(SUPPLIED RECORDS)

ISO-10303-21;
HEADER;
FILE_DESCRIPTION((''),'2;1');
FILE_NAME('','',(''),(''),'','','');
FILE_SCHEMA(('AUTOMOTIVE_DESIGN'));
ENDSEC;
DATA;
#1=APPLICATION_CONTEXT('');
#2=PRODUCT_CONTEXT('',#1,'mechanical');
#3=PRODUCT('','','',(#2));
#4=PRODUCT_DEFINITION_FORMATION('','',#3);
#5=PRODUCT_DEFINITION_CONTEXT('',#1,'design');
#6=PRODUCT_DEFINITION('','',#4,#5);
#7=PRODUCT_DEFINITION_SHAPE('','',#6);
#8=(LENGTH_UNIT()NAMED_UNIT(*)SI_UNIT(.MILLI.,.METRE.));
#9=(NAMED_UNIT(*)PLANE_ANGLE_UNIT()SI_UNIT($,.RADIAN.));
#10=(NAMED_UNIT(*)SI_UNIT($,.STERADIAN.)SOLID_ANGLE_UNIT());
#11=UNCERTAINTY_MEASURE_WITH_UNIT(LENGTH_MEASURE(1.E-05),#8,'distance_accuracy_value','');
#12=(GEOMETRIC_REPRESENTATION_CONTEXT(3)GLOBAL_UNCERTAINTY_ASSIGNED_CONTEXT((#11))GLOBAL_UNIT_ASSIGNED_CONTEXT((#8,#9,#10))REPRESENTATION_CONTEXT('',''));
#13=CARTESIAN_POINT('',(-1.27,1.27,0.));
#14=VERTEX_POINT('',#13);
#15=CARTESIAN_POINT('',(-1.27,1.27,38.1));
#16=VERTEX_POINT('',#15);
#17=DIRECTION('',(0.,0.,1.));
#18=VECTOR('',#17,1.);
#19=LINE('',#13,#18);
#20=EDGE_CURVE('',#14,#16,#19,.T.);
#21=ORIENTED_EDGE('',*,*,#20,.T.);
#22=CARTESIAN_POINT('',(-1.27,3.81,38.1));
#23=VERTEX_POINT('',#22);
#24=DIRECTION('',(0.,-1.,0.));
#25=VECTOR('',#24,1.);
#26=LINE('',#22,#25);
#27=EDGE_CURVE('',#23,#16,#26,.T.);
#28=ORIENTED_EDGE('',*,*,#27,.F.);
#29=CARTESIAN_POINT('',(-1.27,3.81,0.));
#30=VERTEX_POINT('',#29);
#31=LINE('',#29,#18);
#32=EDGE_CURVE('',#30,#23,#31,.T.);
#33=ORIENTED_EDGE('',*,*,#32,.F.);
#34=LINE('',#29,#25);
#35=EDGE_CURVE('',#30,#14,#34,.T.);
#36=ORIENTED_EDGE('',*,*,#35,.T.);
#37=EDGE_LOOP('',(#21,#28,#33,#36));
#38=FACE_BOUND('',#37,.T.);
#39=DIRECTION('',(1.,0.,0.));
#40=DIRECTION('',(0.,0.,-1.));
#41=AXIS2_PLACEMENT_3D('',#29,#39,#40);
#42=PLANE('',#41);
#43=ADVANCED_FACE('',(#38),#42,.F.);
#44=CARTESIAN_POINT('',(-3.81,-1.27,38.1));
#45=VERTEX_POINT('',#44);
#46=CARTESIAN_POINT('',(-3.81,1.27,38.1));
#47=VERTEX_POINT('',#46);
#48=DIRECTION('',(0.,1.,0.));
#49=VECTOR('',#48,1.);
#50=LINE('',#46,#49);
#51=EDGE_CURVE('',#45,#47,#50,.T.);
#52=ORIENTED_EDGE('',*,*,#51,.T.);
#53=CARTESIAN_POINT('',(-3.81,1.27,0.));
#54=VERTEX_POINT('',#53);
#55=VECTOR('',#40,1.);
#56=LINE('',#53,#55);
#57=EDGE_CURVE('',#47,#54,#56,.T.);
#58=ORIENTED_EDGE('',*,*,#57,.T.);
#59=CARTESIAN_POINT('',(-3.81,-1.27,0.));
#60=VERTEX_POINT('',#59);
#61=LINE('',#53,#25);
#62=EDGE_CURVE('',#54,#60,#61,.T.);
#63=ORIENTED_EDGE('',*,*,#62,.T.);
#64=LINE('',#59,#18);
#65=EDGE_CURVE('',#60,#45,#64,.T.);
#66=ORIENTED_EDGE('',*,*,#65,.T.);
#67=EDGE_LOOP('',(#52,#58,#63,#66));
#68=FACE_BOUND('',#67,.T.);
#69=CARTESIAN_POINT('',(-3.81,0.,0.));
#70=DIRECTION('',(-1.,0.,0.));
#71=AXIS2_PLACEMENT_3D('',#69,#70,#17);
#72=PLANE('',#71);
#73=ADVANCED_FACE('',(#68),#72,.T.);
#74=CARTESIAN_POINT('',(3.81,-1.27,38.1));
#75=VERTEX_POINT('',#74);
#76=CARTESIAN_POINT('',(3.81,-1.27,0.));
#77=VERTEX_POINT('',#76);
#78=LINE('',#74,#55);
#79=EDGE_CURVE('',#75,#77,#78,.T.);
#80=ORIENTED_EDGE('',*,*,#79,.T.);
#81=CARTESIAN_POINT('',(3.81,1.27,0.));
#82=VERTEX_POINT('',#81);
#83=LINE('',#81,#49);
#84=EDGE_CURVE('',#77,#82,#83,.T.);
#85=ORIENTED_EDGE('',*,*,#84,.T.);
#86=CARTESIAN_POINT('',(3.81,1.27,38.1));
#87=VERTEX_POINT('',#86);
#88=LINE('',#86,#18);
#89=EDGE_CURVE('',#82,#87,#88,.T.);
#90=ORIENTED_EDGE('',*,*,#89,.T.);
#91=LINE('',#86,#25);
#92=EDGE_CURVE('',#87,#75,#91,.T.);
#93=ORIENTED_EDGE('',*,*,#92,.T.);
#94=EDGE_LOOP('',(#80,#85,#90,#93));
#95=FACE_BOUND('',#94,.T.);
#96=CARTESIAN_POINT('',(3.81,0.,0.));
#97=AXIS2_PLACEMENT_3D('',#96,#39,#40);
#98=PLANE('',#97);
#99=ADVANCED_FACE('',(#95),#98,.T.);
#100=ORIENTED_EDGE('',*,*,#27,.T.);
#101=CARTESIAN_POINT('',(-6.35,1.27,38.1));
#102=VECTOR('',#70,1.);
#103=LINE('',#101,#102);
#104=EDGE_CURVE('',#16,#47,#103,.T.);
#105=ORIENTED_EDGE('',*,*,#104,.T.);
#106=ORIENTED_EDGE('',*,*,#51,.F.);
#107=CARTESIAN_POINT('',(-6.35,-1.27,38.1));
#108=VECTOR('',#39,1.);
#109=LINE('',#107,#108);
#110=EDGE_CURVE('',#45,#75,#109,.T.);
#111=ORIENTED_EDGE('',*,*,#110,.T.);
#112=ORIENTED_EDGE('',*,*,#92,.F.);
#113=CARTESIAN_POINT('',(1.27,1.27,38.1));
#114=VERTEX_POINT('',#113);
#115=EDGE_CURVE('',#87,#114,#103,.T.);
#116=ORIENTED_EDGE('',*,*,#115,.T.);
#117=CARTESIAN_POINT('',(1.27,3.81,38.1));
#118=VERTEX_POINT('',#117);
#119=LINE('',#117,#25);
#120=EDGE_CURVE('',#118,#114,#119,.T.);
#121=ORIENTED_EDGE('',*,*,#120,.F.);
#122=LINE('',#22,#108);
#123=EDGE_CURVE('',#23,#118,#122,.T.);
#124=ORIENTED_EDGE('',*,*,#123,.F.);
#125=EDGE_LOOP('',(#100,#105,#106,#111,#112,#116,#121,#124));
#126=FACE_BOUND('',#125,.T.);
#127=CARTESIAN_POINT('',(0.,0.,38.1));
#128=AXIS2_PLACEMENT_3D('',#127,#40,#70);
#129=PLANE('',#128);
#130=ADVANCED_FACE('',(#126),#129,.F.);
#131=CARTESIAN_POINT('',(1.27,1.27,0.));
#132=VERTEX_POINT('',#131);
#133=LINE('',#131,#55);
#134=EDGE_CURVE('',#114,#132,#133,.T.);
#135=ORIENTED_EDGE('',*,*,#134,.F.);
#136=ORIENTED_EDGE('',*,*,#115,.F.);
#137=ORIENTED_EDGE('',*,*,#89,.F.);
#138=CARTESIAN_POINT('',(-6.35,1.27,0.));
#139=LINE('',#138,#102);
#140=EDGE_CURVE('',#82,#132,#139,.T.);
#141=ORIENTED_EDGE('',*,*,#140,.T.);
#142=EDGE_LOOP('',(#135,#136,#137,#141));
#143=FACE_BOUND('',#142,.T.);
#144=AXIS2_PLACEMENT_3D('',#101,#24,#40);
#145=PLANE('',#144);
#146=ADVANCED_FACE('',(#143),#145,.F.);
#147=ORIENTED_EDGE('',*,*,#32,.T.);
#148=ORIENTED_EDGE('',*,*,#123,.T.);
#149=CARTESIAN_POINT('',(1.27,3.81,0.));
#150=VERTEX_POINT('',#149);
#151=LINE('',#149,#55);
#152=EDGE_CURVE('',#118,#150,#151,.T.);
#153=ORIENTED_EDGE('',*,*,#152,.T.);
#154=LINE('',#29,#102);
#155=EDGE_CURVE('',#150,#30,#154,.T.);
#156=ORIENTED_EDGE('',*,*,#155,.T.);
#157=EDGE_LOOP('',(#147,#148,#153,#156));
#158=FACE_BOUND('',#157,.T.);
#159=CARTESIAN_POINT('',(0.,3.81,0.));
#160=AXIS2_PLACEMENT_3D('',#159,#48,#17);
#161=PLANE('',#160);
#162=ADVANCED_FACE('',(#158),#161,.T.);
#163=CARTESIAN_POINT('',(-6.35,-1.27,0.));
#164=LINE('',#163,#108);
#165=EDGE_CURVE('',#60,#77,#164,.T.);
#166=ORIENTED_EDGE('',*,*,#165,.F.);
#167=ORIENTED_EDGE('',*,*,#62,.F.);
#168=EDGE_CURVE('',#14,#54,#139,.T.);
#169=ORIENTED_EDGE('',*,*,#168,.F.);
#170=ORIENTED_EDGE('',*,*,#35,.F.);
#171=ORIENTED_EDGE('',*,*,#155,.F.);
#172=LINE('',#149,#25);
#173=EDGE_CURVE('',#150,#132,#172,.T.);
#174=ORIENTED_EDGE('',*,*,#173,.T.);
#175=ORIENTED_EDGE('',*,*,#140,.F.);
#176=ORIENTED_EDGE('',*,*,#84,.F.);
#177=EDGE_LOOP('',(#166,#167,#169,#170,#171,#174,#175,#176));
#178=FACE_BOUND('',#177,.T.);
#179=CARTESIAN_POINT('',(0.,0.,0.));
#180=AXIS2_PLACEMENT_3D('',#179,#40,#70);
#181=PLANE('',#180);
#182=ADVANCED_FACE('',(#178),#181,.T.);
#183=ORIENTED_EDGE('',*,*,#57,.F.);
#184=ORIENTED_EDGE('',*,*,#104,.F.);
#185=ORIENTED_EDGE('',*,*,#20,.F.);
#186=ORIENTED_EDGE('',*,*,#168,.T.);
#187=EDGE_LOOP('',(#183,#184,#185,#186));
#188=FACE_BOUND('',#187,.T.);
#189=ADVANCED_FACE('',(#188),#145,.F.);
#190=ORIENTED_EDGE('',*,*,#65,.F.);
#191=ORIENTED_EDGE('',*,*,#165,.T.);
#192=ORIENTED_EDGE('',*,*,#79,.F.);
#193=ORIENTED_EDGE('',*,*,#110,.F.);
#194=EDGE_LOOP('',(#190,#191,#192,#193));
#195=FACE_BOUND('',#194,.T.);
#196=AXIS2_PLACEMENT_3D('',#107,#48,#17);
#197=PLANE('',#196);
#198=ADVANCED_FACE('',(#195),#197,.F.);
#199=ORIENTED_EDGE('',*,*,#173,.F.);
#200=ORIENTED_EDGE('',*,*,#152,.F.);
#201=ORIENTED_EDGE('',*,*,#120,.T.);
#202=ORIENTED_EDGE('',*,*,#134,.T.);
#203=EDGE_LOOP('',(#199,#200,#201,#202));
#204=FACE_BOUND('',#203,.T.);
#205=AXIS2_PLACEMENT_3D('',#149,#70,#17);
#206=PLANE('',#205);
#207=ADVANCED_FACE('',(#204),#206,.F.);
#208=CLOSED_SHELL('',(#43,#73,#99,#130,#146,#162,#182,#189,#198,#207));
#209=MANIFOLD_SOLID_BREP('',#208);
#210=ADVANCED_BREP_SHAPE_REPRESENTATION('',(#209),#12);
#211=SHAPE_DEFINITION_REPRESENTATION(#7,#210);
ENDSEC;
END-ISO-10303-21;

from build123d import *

# Parameters (mm, degrees)
SKETCH1_W           = 12.7
SKETCH1_H           = 2.54
BOSS_EXTRUDE1_DEPTH = 38.1
SKETCH3_W           = 38.1
SKETCH3_H           = 2.54
CUT_EXTRUDE1_DEPTH  = 2.54
SKETCH4_W           = 38.1
SKETCH4_H           = 2.54
CUT_EXTRUDE2_DEPTH  = 2.54
SKETCH5_W           = 2.54
SKETCH5_H           = 38.1
BOSS_EXTRUDE3_DEPTH = 2.54


with BuildPart() as part:
    # Sketch1 → Boss-Extrude1 (new body)
    with BuildSketch(Plane.XY):
        Rectangle(SKETCH1_W, SKETCH1_H)
    extrude(amount=BOSS_EXTRUDE1_DEPTH)

    # Sketch3 → Cut-Extrude1 (cut)
    with BuildSketch(Plane(origin=(6.35, 0, 0), x_dir=(0, 0, -1), z_dir=(1, 0, 0))):
        with Locations((-19.05, 0)):
            Rectangle(SKETCH3_W, SKETCH3_H)
    extrude(amount=-CUT_EXTRUDE1_DEPTH, mode=Mode.SUBTRACT)

    # Sketch4 → Cut-Extrude2 (cut)
    with BuildSketch(Plane.ZY.offset(6.35)):
        with Locations((19.05, 0)):
            Rectangle(SKETCH4_W, SKETCH4_H)
    extrude(amount=-CUT_EXTRUDE2_DEPTH, mode=Mode.SUBTRACT)

    # Sketch5 → Boss-Extrude3 (add)
    with BuildSketch(Plane(origin=(0, 1.27, 0), x_dir=(1, 0, 0), z_dir=(0, 1, 0))):
        with Locations((0, -19.05)):
            Rectangle(SKETCH5_W, SKETCH5_H)
    extrude(amount=BOSS_EXTRUDE3_DEPTH)


solid = part.part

(End SUPPLIED RECORDS)

◆ WHAT IS EXPECTED:
Can you repeat, word for word, every line above from the one containing "#55=VECTOR('',#40,1.);" down to the one containing "#64=LINE('',#59,#18);", including both?

◆ TASK RESPONSE:
#55=VECTOR('',#40,1.);
#56=LINE('',#53,#55);
#57=EDGE_CURVE('',#47,#54,#56,.T.);
#58=ORIENTED_EDGE('',*,*,#57,.T.);
#59=CARTESIAN_POINT('',(-3.81,-1.27,0.));
#60=VERTEX_POINT('',#59);
#61=LINE('',#53,#25);
#62=EDGE_CURVE('',#54,#60,#61,.T.);
#63=ORIENTED_EDGE('',*,*,#62,.T.);
#64=LINE('',#59,#18);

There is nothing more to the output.